WORK ITEM -> Once you reach the line containing "#46=EDGE_LOOP('',(#45));" in the entries below, write out that line and each one after it down to the line containing "A parametric FreeCAD", exactly and with nothing added.
⁂
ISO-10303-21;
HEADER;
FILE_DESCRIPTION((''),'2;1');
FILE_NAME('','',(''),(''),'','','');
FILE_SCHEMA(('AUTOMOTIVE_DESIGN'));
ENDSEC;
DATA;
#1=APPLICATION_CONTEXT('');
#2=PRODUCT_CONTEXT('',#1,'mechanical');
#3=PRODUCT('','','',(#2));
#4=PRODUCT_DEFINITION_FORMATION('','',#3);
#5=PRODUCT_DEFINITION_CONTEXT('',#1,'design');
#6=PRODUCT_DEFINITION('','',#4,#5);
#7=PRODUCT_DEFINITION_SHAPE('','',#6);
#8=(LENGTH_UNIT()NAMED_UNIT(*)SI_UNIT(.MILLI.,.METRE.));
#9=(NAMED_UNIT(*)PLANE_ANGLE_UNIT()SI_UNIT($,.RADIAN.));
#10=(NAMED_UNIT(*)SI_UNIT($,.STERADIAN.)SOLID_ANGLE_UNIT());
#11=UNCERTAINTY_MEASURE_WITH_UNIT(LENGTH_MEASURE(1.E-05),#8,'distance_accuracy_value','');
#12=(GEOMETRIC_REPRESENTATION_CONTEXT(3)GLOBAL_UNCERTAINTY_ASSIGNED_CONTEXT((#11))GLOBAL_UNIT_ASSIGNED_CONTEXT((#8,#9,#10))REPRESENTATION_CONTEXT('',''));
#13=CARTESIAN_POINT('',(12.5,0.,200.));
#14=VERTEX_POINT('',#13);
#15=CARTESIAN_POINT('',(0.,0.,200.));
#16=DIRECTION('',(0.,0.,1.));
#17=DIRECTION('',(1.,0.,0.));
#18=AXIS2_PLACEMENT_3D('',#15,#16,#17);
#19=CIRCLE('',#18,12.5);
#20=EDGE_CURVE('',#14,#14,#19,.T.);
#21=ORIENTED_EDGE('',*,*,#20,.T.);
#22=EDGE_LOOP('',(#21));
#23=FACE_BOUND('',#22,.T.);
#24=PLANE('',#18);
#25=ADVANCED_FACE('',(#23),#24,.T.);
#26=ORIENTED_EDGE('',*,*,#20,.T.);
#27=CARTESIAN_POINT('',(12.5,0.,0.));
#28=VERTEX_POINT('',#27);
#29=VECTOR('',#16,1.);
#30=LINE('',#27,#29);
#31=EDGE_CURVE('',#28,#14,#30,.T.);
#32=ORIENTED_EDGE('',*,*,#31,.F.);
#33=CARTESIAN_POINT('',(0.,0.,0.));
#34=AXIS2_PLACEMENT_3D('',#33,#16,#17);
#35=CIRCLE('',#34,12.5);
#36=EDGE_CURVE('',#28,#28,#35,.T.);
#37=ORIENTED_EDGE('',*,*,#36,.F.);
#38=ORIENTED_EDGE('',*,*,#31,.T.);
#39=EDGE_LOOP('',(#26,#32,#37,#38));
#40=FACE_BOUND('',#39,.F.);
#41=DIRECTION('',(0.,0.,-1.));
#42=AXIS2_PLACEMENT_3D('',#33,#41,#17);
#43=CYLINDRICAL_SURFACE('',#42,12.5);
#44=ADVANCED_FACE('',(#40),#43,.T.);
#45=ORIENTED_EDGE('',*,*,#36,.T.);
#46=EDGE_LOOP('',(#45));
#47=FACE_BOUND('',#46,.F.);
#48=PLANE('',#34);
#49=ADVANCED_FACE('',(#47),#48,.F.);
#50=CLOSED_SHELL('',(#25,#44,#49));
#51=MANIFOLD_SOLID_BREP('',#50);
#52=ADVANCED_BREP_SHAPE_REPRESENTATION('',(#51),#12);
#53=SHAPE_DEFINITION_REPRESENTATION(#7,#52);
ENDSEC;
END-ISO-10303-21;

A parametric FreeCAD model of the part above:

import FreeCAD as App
import Part
import Sketcher

V = App.Vector
Q = App.Units.Quantity

doc = App.newDocument("Part")
body = doc.addObject("PartDesign::Body", "Body")

# Sketch on XY plane
sketch1 = body.newObject("Sketcher::SketchObject", "Sketch")
sketch1.AttachmentSupport = (doc.getObject("XY_Plane"), [""])
sketch1.MapMode = "FlatFace"
sketch1.addGeometry(Part.Circle(V(0, 0, 0), V(0, 0, 1), 12.5), False)
sketch1.addConstraint([
    Sketcher.Constraint("Coincident", 0, 3, -1, 1),
    Sketcher.Constraint("Diameter", 0, Q("25 mm")),
])
pad1 = body.newObject("PartDesign::Pad", "Pad")
pad1.Profile = sketch1
pad1.Length = 200

doc.recompute()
⁂
FINISHED EXERCISE ->
#46=EDGE_LOOP('',(#45));
#47=FACE_BOUND('',#46,.F.);
#48=PLANE('',#34);
#49=ADVANCED_FACE('',(#47),#48,.F.);
#50=CLOSED_SHELL('',(#25,#44,#49));
#51=MANIFOLD_SOLID_BREP('',#50);
#52=ADVANCED_BREP_SHAPE_REPRESENTATION('',(#51),#12);
#53=SHAPE_DEFINITION_REPRESENTATION(#7,#52);
ENDSEC;
END-ISO-10303-21;

A parametric FreeCAD model of the part above:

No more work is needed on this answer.